The watchdog eject is designed behavior — and it fired
The kernel watchdog is not theoretical for us: during the DeathStarBench campaign it ejected scheduler v13 eight times under sustained saturation, each time reverting the node to CFS exactly as specified while we root-caused a per-CPU kthread starvation bug and shipped the v14 fix (zero ejects in the re-run). The full narrative — forensics, the PSI fingerprinting that identified which windows silently ran CFS, and the fix timeline — is in the service-chains article. What belongs here is the operational conclusion: the eject is the safety system. v14 also added a scheduler supervisor in the agent; a SIGKILL test against the live scheduler showed reap, status flip, and respawn in 3–5 s, closing the v13-era defect where the agent took minutes to notice its scheduler was gone.
The kill switch, and why rollback is two separate speeds
Fleet-wide rollback is one node annotation — temper.codes/safe-mode-requested
— honored directly by each node's agent with no control-plane round trip, so it works
even when everything above the node engine is down. Entering safe mode always succeeds (it
kills the scheduler; the kernel does the rest), and the agent also auto-enters safe mode on
scheduler crash. The operational point, spelled out in
the runbook: enforcement rollback (milliseconds,
kernel-native) is deliberately decoupled from software rollback (minutes, helm) — you
never wait on an image pull to get back to stock scheduling. Safe mode also restores CFS
with CPU quotas, which matters given the
cpu.max disclosure.
For upgrades, the chart ships a canary mechanism: a second DaemonSet with the candidate image on labeled nodes, with hard mutual-exclusion affinity against the main one. A misbehaving candidate's blast radius is the labeled nodes, and each of them fails toward stock CFS — the same direction as every other failure on this page.

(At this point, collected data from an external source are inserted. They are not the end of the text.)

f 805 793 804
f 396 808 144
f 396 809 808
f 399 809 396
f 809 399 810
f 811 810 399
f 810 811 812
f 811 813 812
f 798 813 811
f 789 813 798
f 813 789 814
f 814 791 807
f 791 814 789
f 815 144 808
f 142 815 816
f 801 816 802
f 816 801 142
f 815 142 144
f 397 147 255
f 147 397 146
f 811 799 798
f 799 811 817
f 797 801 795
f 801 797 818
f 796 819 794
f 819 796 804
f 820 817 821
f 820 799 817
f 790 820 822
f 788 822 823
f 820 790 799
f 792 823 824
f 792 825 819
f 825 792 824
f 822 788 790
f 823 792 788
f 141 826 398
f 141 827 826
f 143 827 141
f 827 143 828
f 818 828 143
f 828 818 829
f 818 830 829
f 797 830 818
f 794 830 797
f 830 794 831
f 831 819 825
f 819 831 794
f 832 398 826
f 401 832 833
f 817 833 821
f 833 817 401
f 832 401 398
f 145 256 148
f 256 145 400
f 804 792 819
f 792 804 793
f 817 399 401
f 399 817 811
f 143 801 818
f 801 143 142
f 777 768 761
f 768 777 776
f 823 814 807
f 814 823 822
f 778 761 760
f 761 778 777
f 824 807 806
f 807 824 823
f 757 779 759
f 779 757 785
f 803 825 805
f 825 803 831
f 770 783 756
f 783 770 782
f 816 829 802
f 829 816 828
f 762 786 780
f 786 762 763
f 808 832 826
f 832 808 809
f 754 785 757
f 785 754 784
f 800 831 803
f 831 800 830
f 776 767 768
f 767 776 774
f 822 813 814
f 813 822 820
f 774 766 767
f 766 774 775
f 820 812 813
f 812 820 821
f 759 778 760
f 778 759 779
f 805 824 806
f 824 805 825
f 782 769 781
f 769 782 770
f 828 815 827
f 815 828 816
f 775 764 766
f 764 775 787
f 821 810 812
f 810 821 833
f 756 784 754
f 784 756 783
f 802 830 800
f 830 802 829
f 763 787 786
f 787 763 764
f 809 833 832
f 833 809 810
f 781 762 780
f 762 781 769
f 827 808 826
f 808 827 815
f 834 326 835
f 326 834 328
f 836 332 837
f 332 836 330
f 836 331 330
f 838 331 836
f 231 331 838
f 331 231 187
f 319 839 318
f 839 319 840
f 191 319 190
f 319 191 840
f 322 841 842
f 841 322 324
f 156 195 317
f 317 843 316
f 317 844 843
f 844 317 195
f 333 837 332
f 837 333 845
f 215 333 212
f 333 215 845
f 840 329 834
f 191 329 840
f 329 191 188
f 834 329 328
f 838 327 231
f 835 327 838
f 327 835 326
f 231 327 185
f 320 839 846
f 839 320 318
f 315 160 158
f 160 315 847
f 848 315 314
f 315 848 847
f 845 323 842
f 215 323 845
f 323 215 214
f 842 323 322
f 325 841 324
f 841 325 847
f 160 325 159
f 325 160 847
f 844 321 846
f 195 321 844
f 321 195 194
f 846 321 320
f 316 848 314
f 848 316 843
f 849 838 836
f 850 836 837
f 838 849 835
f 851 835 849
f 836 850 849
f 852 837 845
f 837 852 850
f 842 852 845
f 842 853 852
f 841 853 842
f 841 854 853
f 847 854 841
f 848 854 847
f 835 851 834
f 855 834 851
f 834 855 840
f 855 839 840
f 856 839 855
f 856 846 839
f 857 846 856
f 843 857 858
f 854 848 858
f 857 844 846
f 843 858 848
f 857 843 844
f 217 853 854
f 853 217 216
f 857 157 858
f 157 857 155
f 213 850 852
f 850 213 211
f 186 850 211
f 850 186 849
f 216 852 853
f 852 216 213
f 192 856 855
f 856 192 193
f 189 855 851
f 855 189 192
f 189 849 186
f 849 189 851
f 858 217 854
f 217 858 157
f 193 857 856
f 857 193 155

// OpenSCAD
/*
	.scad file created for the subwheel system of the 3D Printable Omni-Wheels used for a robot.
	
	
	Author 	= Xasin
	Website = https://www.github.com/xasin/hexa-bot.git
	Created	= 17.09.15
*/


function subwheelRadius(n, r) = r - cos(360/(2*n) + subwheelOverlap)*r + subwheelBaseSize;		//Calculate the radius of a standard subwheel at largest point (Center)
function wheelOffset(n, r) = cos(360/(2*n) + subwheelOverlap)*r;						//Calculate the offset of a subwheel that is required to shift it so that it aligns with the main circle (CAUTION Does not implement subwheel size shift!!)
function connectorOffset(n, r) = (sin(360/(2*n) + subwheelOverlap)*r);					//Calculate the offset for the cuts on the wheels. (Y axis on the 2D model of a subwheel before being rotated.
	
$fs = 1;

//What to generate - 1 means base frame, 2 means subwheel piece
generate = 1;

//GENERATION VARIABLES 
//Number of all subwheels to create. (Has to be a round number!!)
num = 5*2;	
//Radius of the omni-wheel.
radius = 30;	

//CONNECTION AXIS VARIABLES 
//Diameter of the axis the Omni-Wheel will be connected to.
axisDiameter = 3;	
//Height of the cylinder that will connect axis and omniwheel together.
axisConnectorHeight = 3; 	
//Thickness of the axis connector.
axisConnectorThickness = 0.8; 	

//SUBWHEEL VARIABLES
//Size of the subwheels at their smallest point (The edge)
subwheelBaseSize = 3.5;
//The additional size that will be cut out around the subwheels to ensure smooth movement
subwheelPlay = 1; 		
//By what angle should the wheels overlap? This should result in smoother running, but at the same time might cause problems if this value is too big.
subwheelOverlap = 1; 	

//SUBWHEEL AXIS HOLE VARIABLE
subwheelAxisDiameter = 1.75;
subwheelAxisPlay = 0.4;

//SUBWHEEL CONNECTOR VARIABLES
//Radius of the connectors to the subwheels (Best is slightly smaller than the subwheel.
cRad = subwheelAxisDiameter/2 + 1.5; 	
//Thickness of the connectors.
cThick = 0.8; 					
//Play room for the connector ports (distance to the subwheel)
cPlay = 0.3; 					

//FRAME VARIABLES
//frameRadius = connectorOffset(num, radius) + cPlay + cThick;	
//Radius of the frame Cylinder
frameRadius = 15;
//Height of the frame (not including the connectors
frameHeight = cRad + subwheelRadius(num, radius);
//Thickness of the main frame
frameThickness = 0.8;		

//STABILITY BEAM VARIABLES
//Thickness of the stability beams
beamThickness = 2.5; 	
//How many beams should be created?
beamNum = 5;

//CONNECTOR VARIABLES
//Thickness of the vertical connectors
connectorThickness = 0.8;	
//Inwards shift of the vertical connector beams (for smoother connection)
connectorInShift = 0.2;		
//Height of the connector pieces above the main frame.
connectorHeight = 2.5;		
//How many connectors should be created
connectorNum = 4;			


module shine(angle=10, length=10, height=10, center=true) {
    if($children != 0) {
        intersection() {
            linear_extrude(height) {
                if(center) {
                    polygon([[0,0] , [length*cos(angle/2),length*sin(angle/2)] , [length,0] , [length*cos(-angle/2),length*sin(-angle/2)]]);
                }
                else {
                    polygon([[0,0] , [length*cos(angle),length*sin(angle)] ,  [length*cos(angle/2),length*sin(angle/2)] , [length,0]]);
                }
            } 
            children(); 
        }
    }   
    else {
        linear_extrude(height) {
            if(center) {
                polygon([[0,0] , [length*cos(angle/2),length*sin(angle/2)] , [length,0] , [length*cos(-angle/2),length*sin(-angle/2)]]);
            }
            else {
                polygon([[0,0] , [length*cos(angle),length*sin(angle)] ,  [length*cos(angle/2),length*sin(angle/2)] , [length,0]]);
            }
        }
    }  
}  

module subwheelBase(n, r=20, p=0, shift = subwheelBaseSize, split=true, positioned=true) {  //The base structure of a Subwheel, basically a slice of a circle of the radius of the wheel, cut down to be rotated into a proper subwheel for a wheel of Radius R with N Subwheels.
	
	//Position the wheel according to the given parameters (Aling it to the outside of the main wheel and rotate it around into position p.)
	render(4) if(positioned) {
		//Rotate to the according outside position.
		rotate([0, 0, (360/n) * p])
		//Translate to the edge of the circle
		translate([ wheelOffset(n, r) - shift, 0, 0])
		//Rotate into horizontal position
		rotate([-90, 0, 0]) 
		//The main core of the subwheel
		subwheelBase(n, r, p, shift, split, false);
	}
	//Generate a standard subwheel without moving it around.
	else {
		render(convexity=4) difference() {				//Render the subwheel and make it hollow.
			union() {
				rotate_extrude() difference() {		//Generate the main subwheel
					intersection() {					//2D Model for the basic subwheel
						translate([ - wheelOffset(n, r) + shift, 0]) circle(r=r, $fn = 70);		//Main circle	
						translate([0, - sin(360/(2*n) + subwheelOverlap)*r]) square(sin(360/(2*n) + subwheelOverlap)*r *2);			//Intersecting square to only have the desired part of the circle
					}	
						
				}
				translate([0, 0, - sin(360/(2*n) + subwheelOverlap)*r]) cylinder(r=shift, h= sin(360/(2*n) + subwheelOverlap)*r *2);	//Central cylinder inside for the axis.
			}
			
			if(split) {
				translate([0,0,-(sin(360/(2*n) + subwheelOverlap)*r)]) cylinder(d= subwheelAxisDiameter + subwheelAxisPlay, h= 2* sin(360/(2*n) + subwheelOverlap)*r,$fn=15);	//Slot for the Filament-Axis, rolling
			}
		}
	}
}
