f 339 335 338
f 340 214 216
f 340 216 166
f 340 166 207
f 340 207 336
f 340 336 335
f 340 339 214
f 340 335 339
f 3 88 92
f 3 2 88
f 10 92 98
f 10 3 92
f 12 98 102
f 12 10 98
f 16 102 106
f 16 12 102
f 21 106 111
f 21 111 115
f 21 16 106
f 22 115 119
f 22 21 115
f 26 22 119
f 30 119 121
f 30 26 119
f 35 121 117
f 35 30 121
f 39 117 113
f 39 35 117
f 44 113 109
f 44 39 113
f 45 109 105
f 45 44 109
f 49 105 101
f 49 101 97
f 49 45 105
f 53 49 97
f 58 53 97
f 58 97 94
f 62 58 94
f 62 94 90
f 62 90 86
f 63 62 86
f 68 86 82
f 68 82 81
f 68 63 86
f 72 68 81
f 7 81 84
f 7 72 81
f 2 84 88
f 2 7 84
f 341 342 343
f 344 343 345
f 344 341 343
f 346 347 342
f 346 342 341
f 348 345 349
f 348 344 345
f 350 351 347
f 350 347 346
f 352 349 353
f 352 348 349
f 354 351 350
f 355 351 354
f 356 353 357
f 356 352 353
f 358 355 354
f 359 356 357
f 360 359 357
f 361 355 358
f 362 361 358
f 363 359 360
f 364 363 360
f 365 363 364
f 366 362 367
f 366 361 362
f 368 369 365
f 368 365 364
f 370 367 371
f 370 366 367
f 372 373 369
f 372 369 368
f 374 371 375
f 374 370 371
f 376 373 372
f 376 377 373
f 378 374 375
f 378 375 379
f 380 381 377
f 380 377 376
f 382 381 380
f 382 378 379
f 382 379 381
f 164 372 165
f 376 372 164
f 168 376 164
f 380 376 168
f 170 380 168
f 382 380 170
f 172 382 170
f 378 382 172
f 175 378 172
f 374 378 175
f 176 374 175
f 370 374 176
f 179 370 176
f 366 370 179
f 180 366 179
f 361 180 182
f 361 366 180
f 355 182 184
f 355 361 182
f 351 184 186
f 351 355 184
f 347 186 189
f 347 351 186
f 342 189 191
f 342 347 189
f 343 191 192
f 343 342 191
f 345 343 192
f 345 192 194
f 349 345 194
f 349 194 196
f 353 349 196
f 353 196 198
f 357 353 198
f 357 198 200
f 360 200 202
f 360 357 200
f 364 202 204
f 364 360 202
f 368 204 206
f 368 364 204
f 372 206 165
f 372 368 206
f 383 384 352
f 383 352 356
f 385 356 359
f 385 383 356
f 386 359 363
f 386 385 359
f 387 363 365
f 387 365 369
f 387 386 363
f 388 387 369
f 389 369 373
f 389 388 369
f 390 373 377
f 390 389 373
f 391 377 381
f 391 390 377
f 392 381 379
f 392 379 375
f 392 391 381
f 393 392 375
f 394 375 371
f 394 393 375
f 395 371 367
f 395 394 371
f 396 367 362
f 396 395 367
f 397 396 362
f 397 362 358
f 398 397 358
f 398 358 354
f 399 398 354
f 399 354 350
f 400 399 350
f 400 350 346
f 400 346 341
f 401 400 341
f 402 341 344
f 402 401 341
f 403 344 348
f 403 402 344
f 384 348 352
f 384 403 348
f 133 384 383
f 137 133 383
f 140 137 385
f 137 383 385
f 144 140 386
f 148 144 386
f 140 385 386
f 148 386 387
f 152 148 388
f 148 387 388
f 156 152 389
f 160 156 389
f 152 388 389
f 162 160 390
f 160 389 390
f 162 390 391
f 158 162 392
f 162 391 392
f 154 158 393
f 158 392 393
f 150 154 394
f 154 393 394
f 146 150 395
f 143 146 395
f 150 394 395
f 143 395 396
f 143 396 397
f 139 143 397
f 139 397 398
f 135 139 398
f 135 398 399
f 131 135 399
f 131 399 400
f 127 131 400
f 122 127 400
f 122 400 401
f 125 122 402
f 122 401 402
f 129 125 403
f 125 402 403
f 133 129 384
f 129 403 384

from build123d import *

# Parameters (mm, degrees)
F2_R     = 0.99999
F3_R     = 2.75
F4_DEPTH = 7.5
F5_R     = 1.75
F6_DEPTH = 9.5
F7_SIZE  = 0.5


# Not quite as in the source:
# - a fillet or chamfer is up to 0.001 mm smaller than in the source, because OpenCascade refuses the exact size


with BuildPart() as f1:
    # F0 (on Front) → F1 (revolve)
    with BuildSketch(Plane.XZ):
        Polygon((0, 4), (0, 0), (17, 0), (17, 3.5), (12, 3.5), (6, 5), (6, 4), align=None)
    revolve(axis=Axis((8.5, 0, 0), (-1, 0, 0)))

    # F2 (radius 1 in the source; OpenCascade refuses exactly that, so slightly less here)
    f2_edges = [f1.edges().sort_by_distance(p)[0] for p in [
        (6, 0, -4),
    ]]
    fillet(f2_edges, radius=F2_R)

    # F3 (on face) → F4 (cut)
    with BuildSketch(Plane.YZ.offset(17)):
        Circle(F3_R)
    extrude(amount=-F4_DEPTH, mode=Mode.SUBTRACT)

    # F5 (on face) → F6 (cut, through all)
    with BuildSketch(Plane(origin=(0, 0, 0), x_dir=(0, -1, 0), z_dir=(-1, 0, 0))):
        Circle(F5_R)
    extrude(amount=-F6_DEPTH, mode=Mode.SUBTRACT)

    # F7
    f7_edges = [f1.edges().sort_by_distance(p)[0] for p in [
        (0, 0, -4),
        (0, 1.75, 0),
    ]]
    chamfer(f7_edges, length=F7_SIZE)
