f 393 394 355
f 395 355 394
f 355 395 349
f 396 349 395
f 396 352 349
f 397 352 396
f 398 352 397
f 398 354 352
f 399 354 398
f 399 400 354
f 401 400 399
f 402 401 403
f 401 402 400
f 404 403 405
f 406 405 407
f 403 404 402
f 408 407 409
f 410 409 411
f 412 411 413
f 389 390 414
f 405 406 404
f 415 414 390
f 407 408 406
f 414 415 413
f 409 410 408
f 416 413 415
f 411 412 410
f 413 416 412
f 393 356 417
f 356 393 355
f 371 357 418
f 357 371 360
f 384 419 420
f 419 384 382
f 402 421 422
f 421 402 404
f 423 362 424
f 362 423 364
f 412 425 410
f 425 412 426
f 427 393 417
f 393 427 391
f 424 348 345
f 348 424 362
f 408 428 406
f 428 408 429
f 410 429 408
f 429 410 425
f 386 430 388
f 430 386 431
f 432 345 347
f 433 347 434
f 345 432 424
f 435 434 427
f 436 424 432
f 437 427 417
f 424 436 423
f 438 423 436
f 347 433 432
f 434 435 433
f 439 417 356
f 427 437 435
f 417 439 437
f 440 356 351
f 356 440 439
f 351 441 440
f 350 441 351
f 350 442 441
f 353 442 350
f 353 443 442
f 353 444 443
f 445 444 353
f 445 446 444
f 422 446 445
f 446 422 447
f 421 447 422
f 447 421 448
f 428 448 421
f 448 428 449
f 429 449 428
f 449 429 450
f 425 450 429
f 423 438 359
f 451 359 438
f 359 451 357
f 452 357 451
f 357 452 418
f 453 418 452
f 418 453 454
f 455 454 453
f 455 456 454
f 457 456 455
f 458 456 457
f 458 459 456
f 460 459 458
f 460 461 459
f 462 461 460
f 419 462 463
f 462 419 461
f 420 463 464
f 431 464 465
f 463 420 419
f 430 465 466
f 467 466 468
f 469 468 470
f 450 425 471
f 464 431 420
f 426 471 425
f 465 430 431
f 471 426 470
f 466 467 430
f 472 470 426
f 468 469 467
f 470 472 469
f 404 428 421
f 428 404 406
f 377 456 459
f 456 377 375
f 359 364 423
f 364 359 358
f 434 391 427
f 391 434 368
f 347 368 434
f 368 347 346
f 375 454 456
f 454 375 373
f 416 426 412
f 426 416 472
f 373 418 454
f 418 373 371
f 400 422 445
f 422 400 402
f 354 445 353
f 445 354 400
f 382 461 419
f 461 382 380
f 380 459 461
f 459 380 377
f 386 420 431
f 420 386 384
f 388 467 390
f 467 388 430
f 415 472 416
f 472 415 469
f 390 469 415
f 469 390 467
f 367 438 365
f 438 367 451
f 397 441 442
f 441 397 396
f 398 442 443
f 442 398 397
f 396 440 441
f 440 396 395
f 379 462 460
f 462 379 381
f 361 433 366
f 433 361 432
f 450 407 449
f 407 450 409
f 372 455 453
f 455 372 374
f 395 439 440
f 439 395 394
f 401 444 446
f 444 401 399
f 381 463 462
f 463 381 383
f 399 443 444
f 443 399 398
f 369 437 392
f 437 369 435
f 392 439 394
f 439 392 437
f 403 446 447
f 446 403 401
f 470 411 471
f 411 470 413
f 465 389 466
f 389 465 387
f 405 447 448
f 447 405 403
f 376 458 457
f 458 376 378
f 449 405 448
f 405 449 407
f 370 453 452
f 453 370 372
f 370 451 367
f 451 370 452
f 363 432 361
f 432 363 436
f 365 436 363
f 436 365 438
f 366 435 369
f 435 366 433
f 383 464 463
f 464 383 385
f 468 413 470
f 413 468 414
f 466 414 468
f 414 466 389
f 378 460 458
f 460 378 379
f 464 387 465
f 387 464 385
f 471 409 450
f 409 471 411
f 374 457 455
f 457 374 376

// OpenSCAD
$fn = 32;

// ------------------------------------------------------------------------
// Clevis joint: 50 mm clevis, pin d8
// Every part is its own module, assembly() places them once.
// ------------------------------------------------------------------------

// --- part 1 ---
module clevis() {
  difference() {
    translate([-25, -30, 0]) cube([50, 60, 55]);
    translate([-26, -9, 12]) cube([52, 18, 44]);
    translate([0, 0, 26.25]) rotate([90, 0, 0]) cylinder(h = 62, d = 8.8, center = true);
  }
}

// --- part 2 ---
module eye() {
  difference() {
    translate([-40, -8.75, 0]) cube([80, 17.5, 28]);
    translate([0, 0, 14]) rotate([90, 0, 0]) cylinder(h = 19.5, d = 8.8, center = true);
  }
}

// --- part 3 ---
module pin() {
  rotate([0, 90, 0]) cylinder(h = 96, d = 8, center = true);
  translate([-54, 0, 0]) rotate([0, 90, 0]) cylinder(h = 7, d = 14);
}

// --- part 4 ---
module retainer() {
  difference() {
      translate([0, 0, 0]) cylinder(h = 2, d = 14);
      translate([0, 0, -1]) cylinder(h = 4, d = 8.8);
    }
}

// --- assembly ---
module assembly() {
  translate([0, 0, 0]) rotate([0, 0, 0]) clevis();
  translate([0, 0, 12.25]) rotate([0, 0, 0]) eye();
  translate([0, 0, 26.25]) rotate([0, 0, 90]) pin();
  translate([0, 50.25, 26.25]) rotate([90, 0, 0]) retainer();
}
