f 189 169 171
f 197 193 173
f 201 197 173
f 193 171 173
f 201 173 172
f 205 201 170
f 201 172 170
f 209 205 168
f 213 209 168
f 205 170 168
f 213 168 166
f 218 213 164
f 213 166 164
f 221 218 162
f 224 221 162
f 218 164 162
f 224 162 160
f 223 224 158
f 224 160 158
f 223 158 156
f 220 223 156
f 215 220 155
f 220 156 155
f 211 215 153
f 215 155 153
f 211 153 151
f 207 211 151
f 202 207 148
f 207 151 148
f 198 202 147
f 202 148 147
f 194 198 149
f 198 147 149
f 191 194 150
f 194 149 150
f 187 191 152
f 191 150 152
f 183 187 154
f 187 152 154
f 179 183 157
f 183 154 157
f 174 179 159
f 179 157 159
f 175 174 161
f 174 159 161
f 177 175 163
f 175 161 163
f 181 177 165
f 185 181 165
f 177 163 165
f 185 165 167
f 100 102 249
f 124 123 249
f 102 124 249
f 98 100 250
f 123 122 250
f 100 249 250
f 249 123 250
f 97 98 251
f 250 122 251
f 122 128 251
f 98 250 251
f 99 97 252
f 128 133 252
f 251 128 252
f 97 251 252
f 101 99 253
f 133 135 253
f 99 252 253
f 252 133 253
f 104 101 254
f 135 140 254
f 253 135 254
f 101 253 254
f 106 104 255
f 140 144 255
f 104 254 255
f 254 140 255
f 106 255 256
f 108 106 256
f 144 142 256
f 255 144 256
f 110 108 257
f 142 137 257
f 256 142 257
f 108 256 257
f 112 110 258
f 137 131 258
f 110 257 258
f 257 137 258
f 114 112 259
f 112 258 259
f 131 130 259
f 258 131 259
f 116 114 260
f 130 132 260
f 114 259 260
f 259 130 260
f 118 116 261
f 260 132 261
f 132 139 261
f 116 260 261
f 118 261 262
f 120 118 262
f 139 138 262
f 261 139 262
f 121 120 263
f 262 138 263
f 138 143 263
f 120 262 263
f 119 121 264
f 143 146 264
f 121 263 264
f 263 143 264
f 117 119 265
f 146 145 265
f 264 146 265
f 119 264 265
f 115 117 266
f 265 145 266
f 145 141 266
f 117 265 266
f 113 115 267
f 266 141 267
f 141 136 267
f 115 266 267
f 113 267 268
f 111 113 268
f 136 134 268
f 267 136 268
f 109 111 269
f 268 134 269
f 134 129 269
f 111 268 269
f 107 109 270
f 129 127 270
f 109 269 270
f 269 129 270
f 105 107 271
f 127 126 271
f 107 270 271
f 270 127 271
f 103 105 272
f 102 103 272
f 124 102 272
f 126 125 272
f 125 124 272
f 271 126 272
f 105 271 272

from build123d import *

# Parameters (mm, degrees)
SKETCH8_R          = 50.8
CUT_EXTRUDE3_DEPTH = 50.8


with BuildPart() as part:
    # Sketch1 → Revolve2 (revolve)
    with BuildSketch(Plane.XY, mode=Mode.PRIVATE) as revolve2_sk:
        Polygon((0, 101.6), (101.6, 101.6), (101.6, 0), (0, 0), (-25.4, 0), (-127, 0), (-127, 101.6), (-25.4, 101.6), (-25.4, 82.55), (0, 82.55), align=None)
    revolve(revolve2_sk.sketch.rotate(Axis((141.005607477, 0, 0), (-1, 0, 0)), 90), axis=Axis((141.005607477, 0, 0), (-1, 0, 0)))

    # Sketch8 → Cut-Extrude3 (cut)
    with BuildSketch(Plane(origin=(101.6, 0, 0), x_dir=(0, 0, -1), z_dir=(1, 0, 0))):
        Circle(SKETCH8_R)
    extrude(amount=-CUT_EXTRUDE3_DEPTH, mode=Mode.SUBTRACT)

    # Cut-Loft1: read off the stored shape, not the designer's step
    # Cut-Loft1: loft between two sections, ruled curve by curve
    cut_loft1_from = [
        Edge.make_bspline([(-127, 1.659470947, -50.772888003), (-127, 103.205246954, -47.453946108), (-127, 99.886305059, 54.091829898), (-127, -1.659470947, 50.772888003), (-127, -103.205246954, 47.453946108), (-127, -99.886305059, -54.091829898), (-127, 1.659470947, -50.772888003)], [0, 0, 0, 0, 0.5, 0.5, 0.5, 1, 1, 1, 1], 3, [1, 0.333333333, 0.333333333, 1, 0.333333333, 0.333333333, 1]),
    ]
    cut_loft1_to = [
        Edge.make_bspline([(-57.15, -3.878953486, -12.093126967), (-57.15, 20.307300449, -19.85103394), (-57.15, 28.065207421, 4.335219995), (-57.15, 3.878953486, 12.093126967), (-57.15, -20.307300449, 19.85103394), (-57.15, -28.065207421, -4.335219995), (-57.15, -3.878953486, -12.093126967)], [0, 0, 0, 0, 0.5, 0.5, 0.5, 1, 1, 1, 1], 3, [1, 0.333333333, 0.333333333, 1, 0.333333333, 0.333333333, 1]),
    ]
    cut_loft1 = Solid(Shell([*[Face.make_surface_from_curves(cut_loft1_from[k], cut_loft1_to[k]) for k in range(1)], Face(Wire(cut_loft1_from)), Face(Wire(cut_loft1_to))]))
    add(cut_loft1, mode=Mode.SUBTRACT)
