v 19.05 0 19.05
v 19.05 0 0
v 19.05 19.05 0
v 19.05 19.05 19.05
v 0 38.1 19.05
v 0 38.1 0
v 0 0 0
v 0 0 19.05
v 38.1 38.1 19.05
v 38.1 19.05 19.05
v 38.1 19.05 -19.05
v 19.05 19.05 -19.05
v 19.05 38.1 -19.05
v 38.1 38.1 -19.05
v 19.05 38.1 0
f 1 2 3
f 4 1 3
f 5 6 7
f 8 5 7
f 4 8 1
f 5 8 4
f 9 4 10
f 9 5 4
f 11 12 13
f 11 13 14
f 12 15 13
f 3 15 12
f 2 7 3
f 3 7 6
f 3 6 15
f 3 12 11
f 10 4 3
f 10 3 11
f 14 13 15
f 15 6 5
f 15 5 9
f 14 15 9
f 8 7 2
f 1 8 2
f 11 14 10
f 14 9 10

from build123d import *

# Parameters (mm, degrees)
F1_DEPTH = 19.05
F2_W     = 19.05
F2_H     = 19.05
F3_DEPTH = 19.05


with BuildPart() as f1:
    # F0 (on Top) → F1 (new body)
    with BuildSketch(Plane.XY):
        Polygon((0, 38.1), (0, 0), (19.05, 0), (19.05, 19.05), (38.1, 19.05), (38.1, 38.1), align=None)
    extrude(amount=F1_DEPTH)

    # F2 (on face) → F3 (join)
    with BuildSketch(Plane(origin=(0, 0, 0), x_dir=(1, 0, 0), z_dir=(0, 0, -1))):
        with Locations((28.575, -28.575)):
            Rectangle(F2_W, F2_H)
    extrude(amount=F3_DEPTH)


solid = f1.part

What is measured vs. what is guaranteed
- Guaranteed by the kernel: atomic revert to the stock scheduler on scheduler death, BPF error, watchdog stall, or request. This is sched_ext's contract, independent of our code quality.
- Measured by us: the failover blip (GKE and EKS), the soak (memory, SLO envelope, CFS-gap), the churn cost, the supervisor recovery time, and the eject class found and closed on a real workload.
- Known costs, stated: ~52.6 ms of CFS per reconfiguration (debounced and batched; a deployment pattern that flaps PriorityClasses works against itself), and the cpu.max semantic difference while attached.
Raw records
- docs/training-artifacts/reliability/SOAK-REPORT.md
- docs/training-artifacts/reliability/failover-record.json
- docs/training-artifacts/reliability/churn-record.json
- docs/training-artifacts/reliability/soak-churn-record.json
- docs/training-artifacts/reliability/agent-mem.csv · slo.csv
- docs/training-artifacts/reliability/eks/ (failover + churn parity)
- docs/training-artifacts/binpack/SAVINGS-REPORT.md (§4 reliability)
- docs/training-artifacts/deathstarbench/v14-validation/REPORT.md (eject closure + supervisor kill test)
- docs/security/WHITEPAPER.md (§2, the kernel contract and kill switch)
Committed benchmark records in the product repository; design partners get the full artifact tree.